# Small short clip from this morning..



## moonstruck (Oct 2, 2009)

thought i would share with you guys...


----------



## joemel (Mar 1, 2010)

that can am has a ton of power


----------



## Polaris425 (Dec 16, 2004)

Nice! :rockn:


----------



## Eight (Mar 24, 2010)

Beastly


----------



## bruteforce504 (Feb 10, 2010)

that thing is a beast man. nice:rockn:


----------



## hondarecoveryman (Feb 28, 2009)

Freakin Awesome :rockn:


----------



## bayou_boy_22 (Mar 13, 2009)

that bike is bad to the bone man.:rockn:


----------



## moonstruck (Oct 2, 2009)

Thanks guys!

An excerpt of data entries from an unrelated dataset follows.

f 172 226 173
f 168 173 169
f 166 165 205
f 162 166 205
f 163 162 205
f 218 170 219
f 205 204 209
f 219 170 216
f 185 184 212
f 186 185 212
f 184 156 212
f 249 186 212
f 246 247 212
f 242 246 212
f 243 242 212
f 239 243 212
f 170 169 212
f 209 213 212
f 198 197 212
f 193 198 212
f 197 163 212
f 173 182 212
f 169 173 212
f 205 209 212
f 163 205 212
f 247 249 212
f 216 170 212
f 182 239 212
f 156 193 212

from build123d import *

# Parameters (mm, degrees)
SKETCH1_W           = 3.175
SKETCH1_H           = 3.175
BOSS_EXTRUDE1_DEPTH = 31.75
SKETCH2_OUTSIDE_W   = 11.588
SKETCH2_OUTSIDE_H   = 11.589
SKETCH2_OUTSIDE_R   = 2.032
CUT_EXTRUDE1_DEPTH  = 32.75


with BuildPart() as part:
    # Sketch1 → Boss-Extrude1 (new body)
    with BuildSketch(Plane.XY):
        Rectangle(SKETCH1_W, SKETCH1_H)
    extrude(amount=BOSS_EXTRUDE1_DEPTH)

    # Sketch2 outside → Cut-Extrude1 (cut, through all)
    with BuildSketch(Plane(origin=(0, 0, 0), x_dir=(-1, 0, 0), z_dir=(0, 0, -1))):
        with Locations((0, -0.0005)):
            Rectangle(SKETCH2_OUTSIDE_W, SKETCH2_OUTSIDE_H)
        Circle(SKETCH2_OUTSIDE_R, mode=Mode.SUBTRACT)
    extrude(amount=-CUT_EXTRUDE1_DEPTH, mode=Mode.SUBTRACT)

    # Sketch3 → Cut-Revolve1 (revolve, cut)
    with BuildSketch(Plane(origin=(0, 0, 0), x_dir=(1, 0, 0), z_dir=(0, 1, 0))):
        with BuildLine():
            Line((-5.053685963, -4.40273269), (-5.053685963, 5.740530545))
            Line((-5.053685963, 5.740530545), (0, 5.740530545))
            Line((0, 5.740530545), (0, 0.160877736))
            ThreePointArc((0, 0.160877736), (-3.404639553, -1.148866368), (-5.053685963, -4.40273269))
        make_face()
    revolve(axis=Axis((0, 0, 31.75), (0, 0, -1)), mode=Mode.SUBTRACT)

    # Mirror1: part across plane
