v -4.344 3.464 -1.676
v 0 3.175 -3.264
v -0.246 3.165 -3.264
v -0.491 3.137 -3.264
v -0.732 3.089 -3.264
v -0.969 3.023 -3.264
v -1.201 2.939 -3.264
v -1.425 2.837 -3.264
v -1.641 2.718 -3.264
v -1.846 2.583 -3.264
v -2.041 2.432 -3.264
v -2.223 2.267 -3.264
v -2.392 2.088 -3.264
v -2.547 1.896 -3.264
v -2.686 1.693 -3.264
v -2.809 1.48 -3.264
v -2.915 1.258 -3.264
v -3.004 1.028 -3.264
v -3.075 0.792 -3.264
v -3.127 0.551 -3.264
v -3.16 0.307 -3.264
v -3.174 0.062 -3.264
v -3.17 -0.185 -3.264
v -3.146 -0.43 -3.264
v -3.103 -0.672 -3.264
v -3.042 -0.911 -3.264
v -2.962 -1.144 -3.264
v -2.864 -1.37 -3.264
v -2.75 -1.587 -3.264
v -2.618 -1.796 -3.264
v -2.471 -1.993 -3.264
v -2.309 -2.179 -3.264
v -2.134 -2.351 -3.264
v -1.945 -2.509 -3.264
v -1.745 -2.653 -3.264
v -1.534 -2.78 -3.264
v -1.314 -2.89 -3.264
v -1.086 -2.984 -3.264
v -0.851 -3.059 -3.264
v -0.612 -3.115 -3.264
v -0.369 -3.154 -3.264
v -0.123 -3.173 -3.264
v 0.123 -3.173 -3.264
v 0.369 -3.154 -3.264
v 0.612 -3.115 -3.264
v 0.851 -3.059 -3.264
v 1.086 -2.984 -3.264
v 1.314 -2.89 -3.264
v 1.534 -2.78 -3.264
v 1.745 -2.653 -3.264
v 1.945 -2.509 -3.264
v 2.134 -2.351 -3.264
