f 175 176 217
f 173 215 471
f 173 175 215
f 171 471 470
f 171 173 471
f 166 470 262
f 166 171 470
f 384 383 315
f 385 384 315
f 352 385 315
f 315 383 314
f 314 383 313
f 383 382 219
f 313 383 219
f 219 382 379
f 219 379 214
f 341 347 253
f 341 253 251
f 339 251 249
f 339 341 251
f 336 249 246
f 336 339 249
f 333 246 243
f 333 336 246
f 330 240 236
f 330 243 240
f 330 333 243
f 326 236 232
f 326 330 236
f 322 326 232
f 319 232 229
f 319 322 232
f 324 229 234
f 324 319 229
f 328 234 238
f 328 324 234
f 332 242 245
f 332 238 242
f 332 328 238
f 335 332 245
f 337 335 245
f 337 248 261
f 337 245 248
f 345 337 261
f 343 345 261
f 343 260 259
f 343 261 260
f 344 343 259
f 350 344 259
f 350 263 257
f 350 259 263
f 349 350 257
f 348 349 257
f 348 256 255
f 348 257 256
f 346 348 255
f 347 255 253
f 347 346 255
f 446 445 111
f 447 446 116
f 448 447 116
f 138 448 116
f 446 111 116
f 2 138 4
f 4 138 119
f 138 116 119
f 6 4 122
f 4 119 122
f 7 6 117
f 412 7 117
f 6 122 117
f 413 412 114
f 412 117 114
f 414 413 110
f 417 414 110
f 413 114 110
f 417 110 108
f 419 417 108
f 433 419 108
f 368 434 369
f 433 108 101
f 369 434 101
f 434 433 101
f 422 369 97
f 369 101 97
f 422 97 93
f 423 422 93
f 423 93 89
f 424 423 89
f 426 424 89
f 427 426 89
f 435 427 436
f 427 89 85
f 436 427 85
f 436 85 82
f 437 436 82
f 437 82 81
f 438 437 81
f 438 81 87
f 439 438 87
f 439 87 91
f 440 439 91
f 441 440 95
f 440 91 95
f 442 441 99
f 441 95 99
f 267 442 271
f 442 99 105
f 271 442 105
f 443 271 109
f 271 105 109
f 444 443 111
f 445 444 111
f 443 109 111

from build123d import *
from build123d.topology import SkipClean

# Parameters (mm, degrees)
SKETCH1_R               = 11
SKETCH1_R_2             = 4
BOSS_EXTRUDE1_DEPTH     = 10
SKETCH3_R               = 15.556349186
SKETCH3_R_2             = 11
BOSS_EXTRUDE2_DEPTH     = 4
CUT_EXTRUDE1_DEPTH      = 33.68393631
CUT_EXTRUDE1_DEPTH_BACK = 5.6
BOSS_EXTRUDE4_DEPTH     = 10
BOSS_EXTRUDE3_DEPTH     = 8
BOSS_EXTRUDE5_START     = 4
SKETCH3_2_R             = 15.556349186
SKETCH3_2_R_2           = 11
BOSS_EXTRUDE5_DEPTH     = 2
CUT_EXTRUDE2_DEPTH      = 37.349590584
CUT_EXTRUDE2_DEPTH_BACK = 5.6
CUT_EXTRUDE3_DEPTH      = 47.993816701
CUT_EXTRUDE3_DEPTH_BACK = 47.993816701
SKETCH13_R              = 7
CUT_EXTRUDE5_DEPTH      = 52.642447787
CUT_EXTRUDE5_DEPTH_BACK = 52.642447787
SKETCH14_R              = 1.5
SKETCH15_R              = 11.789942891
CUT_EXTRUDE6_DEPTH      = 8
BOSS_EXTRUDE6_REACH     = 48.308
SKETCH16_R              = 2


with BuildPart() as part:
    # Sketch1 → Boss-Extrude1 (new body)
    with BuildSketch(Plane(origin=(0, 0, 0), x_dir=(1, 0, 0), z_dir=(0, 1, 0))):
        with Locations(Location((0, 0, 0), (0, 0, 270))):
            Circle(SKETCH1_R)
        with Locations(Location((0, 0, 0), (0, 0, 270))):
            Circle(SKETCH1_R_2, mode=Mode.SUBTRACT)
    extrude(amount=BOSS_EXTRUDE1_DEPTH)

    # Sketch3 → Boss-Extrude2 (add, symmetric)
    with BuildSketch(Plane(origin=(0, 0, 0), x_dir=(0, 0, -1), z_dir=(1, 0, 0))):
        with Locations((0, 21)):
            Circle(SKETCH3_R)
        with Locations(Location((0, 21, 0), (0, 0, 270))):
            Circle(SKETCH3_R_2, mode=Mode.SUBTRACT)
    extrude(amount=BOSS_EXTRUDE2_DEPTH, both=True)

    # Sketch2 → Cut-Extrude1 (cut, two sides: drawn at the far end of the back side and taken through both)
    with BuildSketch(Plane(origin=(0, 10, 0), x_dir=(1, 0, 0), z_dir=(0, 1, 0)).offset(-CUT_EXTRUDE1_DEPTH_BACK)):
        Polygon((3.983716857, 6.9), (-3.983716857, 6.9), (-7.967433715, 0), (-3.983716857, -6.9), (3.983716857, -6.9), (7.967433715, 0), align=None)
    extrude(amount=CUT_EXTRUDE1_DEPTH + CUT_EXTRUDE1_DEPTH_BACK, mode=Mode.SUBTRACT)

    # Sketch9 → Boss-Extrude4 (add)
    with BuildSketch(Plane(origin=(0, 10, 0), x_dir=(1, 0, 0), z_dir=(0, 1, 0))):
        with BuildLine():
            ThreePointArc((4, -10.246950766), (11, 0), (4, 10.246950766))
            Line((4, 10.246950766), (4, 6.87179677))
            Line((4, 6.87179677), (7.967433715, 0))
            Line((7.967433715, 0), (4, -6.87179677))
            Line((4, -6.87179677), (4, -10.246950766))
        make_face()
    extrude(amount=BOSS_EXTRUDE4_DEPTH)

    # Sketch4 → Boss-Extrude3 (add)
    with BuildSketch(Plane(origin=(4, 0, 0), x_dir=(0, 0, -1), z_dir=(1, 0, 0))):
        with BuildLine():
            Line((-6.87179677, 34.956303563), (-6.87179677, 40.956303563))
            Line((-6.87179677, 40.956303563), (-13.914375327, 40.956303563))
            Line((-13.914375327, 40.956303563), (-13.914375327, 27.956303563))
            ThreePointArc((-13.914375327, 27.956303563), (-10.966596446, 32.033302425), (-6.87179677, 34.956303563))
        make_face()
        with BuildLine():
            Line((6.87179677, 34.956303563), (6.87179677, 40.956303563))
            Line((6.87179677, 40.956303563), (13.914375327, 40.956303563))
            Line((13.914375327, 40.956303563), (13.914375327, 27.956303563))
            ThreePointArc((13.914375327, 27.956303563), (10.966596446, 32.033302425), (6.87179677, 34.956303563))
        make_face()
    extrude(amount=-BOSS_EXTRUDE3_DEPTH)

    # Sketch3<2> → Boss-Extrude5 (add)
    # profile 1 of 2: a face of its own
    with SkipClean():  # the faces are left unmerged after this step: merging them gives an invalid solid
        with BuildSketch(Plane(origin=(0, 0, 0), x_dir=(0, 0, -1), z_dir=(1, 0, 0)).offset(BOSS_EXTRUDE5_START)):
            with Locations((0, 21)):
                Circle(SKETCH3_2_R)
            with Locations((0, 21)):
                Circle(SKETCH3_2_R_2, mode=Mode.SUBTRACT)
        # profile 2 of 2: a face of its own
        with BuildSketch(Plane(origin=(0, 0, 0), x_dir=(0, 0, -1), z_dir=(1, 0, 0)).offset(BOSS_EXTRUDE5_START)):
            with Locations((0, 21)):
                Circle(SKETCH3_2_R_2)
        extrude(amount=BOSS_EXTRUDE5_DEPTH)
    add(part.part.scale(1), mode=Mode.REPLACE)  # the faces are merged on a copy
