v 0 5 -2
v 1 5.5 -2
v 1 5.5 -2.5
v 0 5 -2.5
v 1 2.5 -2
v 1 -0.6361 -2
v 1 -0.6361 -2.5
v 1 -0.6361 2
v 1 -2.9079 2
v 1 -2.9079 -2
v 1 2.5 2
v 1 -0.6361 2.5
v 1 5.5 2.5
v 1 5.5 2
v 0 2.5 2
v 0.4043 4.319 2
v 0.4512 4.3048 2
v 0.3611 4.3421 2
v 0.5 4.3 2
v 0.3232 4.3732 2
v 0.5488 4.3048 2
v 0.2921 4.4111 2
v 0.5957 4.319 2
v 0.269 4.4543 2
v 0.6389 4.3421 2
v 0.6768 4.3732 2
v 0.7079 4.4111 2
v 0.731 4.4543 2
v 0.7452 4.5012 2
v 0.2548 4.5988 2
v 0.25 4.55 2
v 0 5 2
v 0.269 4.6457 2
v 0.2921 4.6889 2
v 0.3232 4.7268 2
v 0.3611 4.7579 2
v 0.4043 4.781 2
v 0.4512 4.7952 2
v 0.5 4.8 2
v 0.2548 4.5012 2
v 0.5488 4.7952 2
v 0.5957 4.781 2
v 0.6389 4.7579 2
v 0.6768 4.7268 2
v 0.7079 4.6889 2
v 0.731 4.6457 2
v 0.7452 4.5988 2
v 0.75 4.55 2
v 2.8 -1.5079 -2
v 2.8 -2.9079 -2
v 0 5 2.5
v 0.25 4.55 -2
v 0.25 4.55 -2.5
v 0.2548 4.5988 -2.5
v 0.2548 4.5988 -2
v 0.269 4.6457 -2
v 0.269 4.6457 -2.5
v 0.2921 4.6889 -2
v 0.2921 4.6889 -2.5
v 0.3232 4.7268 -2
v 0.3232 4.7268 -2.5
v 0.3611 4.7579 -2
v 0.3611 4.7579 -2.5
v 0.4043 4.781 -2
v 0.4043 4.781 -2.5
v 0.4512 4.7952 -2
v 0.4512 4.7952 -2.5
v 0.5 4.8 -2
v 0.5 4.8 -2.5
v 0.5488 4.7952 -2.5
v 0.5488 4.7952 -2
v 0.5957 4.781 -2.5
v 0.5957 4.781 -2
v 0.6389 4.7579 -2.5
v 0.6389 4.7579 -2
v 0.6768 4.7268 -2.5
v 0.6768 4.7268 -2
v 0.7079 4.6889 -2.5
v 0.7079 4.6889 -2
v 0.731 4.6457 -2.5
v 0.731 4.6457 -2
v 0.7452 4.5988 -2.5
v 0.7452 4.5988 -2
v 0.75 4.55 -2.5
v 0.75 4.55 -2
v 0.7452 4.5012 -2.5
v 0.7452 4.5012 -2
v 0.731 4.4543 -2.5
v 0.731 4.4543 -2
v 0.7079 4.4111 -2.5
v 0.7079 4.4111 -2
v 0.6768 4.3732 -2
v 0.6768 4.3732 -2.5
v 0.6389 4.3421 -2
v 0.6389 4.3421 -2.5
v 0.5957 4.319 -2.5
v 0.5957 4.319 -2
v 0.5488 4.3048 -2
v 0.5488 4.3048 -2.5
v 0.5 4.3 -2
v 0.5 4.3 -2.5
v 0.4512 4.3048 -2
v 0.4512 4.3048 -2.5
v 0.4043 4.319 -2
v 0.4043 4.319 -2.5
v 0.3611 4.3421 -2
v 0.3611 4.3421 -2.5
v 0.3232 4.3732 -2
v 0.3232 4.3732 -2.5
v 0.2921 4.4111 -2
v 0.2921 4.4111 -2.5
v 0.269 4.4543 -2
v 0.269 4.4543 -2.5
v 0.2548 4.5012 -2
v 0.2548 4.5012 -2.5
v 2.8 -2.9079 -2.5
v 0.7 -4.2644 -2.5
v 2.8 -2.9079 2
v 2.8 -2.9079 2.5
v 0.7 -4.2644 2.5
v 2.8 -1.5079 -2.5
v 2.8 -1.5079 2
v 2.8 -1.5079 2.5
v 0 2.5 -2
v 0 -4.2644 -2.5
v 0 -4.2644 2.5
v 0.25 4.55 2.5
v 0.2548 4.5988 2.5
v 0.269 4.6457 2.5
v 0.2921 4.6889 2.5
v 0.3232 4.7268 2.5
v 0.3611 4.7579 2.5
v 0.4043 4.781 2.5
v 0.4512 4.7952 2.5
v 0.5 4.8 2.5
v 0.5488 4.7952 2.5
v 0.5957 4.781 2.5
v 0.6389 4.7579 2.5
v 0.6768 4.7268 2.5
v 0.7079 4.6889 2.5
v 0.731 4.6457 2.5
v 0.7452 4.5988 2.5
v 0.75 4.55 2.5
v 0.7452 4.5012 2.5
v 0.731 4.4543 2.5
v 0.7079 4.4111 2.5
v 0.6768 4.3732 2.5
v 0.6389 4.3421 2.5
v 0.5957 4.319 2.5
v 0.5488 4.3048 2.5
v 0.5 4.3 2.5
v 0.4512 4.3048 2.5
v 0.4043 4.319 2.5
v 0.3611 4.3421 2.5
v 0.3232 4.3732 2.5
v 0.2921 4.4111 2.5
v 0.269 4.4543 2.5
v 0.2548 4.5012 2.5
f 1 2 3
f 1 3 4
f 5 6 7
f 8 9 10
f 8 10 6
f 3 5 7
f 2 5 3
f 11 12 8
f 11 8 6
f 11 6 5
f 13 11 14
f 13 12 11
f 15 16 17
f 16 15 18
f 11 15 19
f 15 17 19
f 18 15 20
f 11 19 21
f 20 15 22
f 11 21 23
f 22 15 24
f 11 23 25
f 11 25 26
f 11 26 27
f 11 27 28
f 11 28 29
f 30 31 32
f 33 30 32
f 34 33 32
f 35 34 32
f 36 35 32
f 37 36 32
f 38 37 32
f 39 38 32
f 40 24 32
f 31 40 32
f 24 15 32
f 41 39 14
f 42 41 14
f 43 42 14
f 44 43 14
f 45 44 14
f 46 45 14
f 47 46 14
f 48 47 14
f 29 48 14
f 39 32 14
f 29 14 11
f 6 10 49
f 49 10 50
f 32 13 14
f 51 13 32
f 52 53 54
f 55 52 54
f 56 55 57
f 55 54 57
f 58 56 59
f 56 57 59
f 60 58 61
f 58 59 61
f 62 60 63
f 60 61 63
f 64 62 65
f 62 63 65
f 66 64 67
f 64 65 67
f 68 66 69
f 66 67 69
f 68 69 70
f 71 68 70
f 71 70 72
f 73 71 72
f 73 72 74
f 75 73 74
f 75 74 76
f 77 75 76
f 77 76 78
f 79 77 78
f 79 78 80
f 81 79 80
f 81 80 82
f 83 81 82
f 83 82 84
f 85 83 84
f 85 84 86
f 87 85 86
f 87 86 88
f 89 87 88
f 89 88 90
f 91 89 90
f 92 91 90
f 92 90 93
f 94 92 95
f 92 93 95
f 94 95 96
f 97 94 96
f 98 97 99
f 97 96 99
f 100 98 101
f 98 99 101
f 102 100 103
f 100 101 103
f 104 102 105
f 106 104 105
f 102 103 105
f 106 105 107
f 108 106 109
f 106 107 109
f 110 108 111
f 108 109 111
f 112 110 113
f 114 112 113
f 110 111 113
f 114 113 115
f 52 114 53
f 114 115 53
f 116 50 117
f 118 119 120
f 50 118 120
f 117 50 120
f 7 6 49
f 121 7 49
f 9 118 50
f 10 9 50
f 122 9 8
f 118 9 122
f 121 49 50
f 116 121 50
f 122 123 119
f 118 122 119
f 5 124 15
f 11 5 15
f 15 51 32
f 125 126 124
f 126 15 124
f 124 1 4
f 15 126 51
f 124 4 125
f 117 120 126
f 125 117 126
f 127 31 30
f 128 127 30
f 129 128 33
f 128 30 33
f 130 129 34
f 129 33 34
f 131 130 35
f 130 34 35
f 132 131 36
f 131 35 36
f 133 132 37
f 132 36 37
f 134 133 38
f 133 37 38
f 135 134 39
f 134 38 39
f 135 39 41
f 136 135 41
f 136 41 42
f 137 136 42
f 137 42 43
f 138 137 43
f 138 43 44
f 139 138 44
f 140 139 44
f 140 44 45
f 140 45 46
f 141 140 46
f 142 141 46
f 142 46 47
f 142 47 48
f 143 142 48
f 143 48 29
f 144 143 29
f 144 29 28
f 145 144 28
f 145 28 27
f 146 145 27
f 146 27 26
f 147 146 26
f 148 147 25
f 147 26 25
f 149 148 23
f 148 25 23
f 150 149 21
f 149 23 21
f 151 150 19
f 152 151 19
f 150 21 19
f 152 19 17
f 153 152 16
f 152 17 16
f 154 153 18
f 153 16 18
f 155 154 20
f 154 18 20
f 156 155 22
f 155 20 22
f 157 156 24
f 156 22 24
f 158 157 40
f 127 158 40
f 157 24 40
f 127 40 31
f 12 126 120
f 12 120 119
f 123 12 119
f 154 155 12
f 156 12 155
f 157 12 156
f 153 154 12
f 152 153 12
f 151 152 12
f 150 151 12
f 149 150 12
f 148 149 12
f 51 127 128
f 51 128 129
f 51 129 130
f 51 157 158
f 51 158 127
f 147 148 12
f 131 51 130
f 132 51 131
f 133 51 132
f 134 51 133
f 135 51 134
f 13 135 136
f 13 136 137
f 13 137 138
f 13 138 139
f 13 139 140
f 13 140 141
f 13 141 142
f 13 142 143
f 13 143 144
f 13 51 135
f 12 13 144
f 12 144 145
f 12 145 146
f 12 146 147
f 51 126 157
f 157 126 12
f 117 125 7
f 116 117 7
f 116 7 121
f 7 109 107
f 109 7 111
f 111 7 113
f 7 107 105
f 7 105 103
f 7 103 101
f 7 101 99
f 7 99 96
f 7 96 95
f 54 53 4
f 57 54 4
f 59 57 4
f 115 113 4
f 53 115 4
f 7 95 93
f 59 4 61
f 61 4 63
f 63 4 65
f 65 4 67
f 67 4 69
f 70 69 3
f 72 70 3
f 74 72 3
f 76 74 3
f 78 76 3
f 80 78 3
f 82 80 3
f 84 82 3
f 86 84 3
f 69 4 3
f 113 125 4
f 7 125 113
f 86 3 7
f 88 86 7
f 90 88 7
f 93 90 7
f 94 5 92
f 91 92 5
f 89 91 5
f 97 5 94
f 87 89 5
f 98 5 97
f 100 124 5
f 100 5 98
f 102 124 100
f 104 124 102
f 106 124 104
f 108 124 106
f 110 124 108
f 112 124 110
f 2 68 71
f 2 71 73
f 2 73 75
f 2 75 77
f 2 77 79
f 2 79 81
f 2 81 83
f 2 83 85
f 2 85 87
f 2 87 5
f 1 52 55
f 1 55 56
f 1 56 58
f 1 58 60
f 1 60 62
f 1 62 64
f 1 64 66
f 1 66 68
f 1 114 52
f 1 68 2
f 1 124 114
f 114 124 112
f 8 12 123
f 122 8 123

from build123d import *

# Parameters (mm, degrees)
SKETCH_1_W          = 5
SKETCH_1_H          = 10
EXTRUDE_1_DEPTH     = 8
CUT_EXTRUDE_1_DEPTH = 8
EXTRUDE_2_DEPTH     = 5
SKETCH_5_W          = 4
SKETCH_5_H          = 2.5
CUT_EXTRUDE_2_DEPTH = 5
SKETCH_4_W          = 1.118033989
SKETCH_4_H          = 4
CUT_EXTRUDE_3_DEPTH = 5
SKETCH_8_W          = 4
SKETCH_8_H          = 1.4
CUT_EXTRUDE_4_DEPTH = 1.8
SKETCH_10_W         = 1.8
SKETCH_10_H         = 4
CUT_EXTRUDE_5_DEPTH = 2
SKETCH_11_R         = 0.25
CUT_EXTRUDE_6_DEPTH = 10


with BuildPart() as part:
    # 草图1 → 凸台-拉伸1 (new body)
    with BuildSketch(Plane(origin=(0, 0, 0), x_dir=(0, 0, -1), z_dir=(1, 0, 0))):
        Rectangle(SKETCH_1_W, SKETCH_1_H)
    extrude(amount=EXTRUDE_1_DEPTH)

    # 草图2 → 切除-拉伸1 (cut)
    with BuildSketch(Plane.XY.offset(2.5)):
        Polygon((8, 5), (1, 5), (1, -0.636116149), (2.8, -1.507895938), (2.8, -2.907895938), (0.7, -4.264361935), (0, -4.264361935), (0, -5), (8, -5), align=None)
    extrude(amount=-CUT_EXTRUDE_1_DEPTH, mode=Mode.SUBTRACT)

    # 草图3 → 凸台-拉伸2 (add)
    with BuildSketch(Plane.XY.offset(2.5)):
        Polygon((1, 5), (1, 5.5), (0, 5), align=None)
    extrude(amount=-EXTRUDE_2_DEPTH)

    # 草图5 → 切除-拉伸2 (cut)
    with BuildSketch(Plane.ZY):
        with Locations((0, 3.75)):
            Rectangle(SKETCH_5_W, SKETCH_5_H)
    extrude(amount=-CUT_EXTRUDE_2_DEPTH, mode=Mode.SUBTRACT)

    # 草图4 → 切除-拉伸3 (cut)
    with BuildSketch(Plane(origin=(-2, 4, 0), x_dir=(0.8944271909999156, 0.44721359549995865, 0), z_dir=(-0.44721359549995865, 0.8944271909999156, 0))):
        with Locations((2.795084972, 0)):
            Rectangle(SKETCH_4_W, SKETCH_4_H)
    extrude(amount=-CUT_EXTRUDE_3_DEPTH, mode=Mode.SUBTRACT)

    # 草图8 → 切除-拉伸4 (cut)
    with BuildSketch(Plane(origin=(2.8, 0, 0), x_dir=(0, 0, -1), z_dir=(1, 0, 0))):
        with Locations((0, -2.207895938)):
            Rectangle(SKETCH_8_W, SKETCH_8_H)
    extrude(amount=-CUT_EXTRUDE_4_DEPTH, mode=Mode.SUBTRACT)

    # 草图10 → 切除-拉伸5 (cut)
    with BuildSketch(Plane.XZ.offset(1.507895938)):
        with Locations((1.9, 0)):
            Rectangle(SKETCH_10_W, SKETCH_10_H)
    extrude(amount=-CUT_EXTRUDE_5_DEPTH, mode=Mode.SUBTRACT)

    # 草图11 → 切除-拉伸6 (cut)
    with BuildSketch(Plane(origin=(0, 0, -2.5), x_dir=(-1, 0, 0), z_dir=(0, 0, -1))):
        with Locations((-0.5, 4.55)):
            Circle(SKETCH_11_R)
    extrude(amount=-CUT_EXTRUDE_6_DEPTH, mode=Mode.SUBTRACT)


solid = part.part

I wish I would have made that pit alot wider now, cause it took a lot to keep it from crawling out tha sides sometimes lol


----------



## hondarecoveryman (Feb 28, 2009)

A bit wider would be better , looks like a great pit to tune in  BTW.......LET HER EAT lol


----------



## phreebsd (Dec 16, 2004)

LIKIN THAT SOUND!!


----------



## moonstruck (Oct 2, 2009)

phreebsd said:


> LIKIN THAT SOUND!!


Looney tuned FTW!!! Haha


----------



## 650Brute (Dec 18, 2008)

Wicked! Thanks for the Vid:rockn:


----------



## GWNBrute (Mar 4, 2009)

nice vid, I love the sound of those can ams


----------



## Stogi (Feb 24, 2010)

Schweeet... I've always said my next bike will be a Gade.


----------



## Crawfishie!! (Dec 9, 2009)

BRUTE FOR SALE, BRUTE FOR SALE!!!! Here I come renegade......Just kidding. That thing is BAD TO THE BONE SON!!!!! Great video, thx for sharing, give me a holler next time you decide to go run that BEAST.


----------



## walker (Apr 5, 2009)

Crawfishie!! said:


> BRUTE FOR SALE, BRUTE FOR SALE!!!! Here I come renegade......Just kidding. That thing is BAD TO THE BONE SON!!!!! Great video, thx for sharing, give me a holler next time you decide to go run that BEAST.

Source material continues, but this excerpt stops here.